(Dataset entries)

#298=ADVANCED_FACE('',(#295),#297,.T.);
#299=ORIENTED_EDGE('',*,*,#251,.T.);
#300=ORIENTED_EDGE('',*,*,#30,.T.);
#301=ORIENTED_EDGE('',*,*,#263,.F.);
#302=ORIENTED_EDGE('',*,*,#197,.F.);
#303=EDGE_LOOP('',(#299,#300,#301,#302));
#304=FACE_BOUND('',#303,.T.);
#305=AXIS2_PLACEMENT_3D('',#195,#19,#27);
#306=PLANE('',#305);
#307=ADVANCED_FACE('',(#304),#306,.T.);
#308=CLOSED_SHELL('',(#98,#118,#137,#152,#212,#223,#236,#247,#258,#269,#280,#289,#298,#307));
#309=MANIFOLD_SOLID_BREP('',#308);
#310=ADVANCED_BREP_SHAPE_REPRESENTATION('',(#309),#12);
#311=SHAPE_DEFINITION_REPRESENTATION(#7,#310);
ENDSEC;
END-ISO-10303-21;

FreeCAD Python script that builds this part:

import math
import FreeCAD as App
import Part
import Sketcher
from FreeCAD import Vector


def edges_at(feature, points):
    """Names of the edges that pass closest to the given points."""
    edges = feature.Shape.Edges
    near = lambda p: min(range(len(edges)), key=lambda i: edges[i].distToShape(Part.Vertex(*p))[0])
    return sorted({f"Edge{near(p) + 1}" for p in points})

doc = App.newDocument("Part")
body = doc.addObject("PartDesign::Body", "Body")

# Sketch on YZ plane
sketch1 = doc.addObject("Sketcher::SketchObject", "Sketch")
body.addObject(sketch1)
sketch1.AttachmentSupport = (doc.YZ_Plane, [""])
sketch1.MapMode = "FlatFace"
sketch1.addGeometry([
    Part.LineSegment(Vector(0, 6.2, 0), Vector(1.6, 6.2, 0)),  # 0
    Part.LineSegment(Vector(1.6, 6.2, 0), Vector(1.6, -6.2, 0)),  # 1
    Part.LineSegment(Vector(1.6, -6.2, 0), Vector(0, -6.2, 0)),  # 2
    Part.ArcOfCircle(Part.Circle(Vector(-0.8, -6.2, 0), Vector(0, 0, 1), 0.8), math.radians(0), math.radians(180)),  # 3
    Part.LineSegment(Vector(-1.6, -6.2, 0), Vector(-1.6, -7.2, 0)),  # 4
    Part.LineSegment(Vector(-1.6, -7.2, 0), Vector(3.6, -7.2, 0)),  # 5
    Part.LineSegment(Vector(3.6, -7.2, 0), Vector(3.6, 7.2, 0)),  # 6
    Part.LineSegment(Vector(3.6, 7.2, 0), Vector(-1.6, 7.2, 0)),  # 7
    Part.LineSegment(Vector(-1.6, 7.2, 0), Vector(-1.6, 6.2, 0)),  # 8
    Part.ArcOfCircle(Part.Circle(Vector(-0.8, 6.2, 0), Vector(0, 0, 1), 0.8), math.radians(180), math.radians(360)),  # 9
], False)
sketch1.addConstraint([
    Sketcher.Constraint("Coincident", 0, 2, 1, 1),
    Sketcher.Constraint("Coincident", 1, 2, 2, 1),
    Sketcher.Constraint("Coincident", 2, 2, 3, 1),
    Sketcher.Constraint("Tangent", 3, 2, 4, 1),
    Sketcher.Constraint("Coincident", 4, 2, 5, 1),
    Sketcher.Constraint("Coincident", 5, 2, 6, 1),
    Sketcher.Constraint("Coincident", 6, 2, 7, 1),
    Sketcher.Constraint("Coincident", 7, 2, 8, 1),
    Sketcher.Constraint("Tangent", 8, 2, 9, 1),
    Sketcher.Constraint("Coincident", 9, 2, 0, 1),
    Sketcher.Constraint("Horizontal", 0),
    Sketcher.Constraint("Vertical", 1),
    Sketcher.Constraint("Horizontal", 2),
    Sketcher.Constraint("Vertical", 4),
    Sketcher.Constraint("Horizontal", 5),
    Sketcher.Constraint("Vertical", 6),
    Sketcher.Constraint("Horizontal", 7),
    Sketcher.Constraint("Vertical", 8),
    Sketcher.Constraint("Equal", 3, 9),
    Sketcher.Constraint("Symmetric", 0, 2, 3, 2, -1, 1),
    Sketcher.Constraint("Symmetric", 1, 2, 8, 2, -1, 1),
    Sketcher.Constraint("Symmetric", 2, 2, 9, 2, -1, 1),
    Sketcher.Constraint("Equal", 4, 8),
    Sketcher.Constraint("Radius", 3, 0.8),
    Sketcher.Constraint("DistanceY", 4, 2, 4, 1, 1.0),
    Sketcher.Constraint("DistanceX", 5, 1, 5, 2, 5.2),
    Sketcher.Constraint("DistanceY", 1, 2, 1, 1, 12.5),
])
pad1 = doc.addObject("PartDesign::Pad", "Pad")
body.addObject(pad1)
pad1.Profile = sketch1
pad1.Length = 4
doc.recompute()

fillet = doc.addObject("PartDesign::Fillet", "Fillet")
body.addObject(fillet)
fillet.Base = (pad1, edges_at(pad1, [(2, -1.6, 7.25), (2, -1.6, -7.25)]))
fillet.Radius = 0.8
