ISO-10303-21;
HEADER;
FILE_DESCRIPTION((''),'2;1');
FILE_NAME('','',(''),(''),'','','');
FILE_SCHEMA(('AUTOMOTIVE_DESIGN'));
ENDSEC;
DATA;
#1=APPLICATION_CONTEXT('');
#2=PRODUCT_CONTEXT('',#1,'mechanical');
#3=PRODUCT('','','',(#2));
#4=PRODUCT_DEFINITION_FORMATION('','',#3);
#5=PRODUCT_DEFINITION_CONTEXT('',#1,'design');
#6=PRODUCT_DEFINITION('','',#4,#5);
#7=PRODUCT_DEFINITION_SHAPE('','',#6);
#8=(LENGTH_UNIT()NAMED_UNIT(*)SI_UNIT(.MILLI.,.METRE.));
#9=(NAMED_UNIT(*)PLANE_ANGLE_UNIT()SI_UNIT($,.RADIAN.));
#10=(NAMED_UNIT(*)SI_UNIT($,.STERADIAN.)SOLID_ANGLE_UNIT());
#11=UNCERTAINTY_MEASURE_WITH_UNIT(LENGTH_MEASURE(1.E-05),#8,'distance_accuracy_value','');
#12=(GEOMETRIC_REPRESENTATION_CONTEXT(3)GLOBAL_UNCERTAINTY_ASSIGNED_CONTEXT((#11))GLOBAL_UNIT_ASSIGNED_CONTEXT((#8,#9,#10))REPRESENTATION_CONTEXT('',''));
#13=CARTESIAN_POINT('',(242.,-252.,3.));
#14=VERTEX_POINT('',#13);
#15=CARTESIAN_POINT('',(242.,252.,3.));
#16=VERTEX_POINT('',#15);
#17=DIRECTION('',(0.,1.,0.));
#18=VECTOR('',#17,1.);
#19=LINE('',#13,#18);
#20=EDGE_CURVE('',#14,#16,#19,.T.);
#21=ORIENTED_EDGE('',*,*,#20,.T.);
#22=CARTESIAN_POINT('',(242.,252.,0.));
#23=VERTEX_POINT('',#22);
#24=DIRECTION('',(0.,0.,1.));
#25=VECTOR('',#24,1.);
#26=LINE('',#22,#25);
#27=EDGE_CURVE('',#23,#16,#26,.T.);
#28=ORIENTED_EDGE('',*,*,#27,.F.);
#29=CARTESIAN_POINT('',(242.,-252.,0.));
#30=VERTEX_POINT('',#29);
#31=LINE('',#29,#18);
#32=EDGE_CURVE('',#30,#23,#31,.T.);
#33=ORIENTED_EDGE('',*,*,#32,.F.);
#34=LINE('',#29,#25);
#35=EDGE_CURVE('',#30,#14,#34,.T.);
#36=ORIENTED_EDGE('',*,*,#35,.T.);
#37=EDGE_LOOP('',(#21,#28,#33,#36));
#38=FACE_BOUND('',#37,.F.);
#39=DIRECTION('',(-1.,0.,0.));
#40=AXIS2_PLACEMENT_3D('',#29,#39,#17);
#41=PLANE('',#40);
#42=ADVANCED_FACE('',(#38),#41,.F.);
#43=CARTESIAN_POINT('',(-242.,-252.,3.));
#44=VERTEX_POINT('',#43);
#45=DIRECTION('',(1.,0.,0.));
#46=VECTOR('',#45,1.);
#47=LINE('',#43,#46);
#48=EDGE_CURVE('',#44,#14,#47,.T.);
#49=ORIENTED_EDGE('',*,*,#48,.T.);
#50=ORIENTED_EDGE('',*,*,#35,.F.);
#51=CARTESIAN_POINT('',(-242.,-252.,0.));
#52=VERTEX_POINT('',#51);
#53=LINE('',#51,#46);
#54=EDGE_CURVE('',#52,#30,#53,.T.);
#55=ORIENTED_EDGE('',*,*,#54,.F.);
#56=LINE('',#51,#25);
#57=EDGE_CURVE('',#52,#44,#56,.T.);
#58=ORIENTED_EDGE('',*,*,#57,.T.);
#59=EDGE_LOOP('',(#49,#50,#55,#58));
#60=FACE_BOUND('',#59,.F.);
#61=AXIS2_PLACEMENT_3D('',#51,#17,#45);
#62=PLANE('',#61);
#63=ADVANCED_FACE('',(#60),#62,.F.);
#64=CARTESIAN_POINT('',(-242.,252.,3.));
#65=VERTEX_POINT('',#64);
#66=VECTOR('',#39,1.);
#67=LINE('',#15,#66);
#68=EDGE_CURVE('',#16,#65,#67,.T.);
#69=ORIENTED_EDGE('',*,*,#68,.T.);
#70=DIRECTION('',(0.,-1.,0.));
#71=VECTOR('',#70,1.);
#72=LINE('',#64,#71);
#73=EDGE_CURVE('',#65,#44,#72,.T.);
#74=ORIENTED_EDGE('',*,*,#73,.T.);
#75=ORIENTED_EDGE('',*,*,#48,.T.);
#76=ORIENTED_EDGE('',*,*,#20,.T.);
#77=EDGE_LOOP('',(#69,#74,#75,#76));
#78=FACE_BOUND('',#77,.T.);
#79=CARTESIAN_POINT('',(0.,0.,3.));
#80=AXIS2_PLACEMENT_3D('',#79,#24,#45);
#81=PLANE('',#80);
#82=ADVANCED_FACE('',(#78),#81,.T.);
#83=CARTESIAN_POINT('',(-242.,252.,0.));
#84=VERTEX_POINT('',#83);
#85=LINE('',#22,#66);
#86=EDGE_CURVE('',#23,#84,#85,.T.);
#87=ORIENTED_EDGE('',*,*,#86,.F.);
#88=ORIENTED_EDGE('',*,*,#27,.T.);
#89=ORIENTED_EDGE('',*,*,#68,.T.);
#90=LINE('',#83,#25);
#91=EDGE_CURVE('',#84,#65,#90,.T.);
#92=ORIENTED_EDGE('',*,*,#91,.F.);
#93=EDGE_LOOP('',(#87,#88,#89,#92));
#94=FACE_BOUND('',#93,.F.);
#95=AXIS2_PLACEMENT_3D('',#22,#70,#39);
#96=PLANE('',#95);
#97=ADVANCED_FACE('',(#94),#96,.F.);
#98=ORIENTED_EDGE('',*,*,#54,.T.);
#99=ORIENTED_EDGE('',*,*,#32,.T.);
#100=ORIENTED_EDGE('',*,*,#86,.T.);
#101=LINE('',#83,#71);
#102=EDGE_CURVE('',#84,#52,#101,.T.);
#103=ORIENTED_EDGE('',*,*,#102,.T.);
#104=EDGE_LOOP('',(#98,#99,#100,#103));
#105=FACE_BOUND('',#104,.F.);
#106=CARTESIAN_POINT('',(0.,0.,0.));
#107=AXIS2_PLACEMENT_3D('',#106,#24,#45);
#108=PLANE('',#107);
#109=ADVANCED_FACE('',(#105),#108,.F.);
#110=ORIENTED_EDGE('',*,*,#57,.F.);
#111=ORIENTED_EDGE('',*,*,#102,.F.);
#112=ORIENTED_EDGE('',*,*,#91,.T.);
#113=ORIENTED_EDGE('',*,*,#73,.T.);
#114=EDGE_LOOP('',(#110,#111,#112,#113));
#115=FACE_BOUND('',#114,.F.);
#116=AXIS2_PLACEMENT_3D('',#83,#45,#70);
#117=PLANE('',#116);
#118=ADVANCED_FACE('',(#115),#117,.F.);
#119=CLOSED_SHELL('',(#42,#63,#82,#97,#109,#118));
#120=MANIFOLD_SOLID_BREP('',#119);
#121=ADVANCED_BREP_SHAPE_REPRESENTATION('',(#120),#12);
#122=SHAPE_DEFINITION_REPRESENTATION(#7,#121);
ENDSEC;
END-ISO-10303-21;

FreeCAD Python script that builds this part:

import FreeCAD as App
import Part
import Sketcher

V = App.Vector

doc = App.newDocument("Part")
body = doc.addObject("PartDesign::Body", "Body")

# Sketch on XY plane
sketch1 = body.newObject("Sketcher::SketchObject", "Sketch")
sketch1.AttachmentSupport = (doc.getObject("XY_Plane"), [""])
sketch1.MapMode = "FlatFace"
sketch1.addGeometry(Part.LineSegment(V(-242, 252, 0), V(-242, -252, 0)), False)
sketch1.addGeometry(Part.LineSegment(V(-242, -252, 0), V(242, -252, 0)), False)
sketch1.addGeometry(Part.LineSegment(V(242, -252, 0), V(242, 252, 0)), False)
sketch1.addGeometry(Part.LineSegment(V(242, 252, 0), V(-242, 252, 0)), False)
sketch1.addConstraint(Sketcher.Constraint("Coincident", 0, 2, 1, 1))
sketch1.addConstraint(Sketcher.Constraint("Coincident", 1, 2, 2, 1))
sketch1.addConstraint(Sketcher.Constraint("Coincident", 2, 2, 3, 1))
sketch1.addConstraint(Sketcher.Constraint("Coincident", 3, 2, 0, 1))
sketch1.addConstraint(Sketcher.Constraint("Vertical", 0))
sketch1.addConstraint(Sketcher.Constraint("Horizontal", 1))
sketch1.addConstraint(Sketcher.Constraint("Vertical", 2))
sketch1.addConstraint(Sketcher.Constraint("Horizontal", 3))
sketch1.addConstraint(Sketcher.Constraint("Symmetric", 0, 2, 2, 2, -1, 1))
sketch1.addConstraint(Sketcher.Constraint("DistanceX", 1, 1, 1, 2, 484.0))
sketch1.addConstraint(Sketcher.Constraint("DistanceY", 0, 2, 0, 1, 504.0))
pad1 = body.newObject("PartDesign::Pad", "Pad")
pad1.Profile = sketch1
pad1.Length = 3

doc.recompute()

Aim of the task:
Considering the entries above, how many lines contain "points"? Give that number with nothing else.

Answer below:
3